**Available data:**
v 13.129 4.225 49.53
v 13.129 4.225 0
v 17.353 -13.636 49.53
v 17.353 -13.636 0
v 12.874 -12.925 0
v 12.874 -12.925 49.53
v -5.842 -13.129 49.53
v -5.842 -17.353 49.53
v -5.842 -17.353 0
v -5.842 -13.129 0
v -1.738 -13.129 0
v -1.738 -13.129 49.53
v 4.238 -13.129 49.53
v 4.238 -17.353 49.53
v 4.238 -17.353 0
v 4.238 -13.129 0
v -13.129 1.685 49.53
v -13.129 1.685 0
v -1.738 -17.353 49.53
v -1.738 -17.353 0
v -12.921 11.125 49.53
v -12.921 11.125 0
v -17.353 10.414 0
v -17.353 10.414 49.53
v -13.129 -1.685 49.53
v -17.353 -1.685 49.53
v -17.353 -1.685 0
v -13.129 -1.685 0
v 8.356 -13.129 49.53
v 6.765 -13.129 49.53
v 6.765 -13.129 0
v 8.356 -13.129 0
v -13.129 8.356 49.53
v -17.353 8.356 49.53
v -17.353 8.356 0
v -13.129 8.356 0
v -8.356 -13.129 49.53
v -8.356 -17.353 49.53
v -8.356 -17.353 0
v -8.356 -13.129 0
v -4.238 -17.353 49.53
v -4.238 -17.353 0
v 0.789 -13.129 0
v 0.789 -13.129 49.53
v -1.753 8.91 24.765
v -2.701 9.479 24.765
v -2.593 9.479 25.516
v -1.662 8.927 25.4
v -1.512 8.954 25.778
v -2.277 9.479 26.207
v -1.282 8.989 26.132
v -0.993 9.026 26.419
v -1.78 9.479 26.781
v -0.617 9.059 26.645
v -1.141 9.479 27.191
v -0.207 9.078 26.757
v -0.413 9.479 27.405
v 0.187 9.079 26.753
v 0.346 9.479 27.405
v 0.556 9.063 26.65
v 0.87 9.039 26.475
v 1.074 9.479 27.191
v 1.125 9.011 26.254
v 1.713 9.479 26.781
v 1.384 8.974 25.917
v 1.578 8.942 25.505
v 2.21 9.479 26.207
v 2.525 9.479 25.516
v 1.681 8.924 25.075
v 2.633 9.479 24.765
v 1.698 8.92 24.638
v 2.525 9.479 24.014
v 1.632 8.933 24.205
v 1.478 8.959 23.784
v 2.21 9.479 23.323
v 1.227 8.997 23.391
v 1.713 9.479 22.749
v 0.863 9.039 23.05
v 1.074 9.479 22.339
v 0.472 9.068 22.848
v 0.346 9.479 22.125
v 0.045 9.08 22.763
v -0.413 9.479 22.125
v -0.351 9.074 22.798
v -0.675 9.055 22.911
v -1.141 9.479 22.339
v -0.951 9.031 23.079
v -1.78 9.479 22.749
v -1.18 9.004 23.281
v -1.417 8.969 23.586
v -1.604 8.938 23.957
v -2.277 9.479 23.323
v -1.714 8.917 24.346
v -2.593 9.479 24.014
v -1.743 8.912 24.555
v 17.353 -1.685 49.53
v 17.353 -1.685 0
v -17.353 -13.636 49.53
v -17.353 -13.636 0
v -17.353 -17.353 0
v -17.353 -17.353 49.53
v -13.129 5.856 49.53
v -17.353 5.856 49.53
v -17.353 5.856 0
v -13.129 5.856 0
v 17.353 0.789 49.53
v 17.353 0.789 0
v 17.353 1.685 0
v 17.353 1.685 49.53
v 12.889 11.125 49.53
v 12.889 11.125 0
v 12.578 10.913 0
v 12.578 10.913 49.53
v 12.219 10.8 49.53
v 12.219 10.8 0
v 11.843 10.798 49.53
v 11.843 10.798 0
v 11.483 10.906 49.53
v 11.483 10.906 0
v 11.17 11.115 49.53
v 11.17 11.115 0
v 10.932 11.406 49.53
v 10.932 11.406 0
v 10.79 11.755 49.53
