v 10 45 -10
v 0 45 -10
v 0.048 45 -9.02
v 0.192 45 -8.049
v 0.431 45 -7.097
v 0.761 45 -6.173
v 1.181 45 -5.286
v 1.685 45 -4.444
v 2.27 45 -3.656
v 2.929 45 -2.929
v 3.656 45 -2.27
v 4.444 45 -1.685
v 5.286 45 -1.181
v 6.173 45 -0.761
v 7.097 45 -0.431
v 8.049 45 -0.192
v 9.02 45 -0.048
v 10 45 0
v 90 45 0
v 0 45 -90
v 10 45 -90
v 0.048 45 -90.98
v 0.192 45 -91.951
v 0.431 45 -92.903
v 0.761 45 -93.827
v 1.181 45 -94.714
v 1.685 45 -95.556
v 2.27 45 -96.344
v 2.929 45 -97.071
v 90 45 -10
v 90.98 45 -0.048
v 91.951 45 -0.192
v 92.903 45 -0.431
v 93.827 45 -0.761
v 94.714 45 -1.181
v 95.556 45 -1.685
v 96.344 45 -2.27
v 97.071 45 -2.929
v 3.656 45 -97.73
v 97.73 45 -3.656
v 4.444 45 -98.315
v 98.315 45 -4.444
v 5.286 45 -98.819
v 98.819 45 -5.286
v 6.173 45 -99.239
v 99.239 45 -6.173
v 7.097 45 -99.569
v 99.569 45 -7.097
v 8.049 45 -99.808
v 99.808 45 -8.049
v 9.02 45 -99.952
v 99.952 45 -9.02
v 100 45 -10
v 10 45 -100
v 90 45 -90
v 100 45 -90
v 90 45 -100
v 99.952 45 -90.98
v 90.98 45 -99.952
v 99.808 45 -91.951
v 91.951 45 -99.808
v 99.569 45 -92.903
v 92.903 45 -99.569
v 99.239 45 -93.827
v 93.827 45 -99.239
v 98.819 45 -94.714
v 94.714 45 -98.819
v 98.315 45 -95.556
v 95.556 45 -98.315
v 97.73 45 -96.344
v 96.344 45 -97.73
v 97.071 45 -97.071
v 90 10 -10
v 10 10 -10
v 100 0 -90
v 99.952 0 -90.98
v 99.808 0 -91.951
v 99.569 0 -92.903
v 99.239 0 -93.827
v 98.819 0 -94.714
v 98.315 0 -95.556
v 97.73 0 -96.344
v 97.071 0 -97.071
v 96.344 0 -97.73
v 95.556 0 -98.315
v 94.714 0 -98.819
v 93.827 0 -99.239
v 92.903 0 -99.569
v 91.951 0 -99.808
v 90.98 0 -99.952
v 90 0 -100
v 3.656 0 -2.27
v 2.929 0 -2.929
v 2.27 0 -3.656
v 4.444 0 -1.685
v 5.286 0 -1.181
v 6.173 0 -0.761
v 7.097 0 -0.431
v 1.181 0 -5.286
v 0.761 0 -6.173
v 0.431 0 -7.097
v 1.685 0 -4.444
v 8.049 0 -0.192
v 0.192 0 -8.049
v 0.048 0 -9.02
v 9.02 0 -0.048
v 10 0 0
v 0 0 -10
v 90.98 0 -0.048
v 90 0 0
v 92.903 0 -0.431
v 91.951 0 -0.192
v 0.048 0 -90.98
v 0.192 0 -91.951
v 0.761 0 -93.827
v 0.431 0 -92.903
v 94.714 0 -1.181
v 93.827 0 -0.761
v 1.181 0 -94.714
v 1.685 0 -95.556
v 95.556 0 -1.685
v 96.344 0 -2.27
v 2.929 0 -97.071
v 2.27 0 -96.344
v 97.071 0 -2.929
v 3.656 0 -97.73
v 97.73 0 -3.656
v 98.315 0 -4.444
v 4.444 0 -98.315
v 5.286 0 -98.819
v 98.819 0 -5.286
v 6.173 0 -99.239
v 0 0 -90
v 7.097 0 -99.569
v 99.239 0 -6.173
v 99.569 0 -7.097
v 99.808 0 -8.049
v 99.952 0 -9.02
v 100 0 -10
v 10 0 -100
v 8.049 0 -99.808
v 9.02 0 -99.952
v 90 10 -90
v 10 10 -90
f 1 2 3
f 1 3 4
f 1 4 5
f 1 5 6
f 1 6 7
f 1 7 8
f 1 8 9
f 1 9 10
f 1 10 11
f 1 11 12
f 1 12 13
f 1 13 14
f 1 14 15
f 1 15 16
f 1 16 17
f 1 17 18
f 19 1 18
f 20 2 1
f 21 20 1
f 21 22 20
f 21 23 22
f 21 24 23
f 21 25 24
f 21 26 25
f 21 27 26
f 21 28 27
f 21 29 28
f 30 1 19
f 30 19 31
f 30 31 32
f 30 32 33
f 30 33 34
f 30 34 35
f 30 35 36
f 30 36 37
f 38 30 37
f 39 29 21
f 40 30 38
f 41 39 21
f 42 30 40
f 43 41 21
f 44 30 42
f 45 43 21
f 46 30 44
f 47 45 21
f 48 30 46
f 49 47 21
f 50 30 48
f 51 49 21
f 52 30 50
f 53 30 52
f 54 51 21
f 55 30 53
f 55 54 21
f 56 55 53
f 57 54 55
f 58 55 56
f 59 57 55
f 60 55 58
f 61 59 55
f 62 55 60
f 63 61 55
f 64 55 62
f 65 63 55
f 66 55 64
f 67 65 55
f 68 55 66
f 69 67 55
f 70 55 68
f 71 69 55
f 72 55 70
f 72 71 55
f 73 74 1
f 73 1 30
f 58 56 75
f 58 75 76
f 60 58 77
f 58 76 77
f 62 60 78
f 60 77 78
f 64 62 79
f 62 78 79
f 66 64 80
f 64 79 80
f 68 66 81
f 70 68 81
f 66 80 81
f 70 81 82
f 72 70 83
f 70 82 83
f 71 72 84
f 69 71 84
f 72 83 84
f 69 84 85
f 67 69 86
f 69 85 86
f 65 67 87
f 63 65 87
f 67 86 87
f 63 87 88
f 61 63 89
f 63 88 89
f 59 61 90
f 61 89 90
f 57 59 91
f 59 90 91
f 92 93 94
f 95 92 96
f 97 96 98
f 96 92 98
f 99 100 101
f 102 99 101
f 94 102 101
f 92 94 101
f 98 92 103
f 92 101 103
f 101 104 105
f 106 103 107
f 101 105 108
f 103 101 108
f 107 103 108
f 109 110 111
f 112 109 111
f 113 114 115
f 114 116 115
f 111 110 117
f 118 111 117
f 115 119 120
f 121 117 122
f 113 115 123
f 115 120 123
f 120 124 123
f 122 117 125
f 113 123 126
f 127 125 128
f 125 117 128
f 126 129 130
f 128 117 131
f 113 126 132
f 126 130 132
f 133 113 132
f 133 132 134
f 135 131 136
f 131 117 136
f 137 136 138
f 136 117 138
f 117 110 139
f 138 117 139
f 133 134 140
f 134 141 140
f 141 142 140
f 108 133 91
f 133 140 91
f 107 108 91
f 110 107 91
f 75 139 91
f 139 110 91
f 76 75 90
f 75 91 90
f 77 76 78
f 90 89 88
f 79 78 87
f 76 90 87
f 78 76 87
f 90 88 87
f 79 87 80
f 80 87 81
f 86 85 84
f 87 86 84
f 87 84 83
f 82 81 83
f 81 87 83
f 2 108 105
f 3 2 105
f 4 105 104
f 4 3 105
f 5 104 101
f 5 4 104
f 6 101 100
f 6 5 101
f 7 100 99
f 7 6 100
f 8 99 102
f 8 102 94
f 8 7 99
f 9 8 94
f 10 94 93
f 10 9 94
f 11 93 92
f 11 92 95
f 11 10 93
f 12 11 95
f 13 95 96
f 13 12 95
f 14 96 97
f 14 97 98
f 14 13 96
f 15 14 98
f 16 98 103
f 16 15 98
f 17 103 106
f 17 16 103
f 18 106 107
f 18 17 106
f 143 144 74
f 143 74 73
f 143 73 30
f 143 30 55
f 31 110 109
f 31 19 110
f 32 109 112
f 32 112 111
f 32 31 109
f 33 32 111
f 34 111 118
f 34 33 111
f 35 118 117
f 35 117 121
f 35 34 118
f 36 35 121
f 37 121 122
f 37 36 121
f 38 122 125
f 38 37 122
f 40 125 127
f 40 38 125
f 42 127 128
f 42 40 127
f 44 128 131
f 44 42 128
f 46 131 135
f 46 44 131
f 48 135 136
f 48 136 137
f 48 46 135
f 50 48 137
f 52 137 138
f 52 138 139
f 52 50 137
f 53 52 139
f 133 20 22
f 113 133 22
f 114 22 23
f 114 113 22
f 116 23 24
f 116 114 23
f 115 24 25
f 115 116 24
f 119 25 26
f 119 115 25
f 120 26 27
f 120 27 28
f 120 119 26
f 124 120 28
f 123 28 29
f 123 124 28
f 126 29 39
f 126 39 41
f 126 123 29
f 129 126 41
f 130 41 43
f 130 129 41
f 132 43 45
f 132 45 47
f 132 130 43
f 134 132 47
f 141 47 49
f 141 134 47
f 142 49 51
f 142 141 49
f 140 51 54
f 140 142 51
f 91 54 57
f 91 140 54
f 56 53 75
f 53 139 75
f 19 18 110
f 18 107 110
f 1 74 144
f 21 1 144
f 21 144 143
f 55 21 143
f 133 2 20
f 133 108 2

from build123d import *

# Parameters (mm, degrees)
SKETCH3_W           = 100
SKETCH3_H           = 100
BOSS_EXTRUDE1_DEPTH = 10
SKETCH4_W           = 100
SKETCH4_H           = 100
SKETCH4_W_2         = 80
SKETCH4_H_2         = 80
BOSS_EXTRUDE2_DEPTH = 35
FILLET1_R           = 10


with BuildPart() as part:
    # Sketch3 → Boss-Extrude1 (new body)
    with BuildSketch(Plane(origin=(0, 0, 0), x_dir=(1, 0, 0), z_dir=(0, 1, 0))):
        with Locations((50, 50)):
            Rectangle(SKETCH3_W, SKETCH3_H)
    extrude(amount=BOSS_EXTRUDE1_DEPTH)

    # Sketch4 → Boss-Extrude2 (add)
    with BuildSketch(Plane(origin=(0, 10, 0), x_dir=(1, 0, 0), z_dir=(0, 1, 0))):
        with Locations((50, 50)):
            Rectangle(SKETCH4_W, SKETCH4_H)
        with Locations((50, 50)):
            Rectangle(SKETCH4_W_2, SKETCH4_H_2, mode=Mode.SUBTRACT)
    extrude(amount=BOSS_EXTRUDE2_DEPTH)

    # Fillet1
    fillet1_edges = [part.edges().sort_by_distance(p)[0] for p in [
        (0, 22.5, -100),
        (100, 22.5, -100),
        (100, 22.5, 0),
        (0, 22.5, 0),
    ]]
    fillet(fillet1_edges, radius=FILLET1_R)


solid = part.part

**Exercise objective:** Set down exactly the lines from the start of the records to the line with "v -17.353 8.356 49.53". Include that line, and add nothing more.

**Final answer:**
v 13.129 4.225 49.53
v 13.129 4.225 0
v 17.353 -13.636 49.53
v 17.353 -13.636 0
v 12.874 -12.925 0
v 12.874 -12.925 49.53
v -5.842 -13.129 49.53
v -5.842 -17.353 49.53
v -5.842 -17.353 0
v -5.842 -13.129 0
v -1.738 -13.129 0
v -1.738 -13.129 49.53
v 4.238 -13.129 49.53
v 4.238 -17.353 49.53
v 4.238 -17.353 0
v 4.238 -13.129 0
v -13.129 1.685 49.53
v -13.129 1.685 0
v -1.738 -17.353 49.53
v -1.738 -17.353 0
v -12.921 11.125 49.53
v -12.921 11.125 0
v -17.353 10.414 0
v -17.353 10.414 49.53
v -13.129 -1.685 49.53
v -17.353 -1.685 49.53
v -17.353 -1.685 0
v -13.129 -1.685 0
v 8.356 -13.129 49.53
v 6.765 -13.129 49.53
v 6.765 -13.129 0
v 8.356 -13.129 0
v -13.129 8.356 49.53
v -17.353 8.356 49.53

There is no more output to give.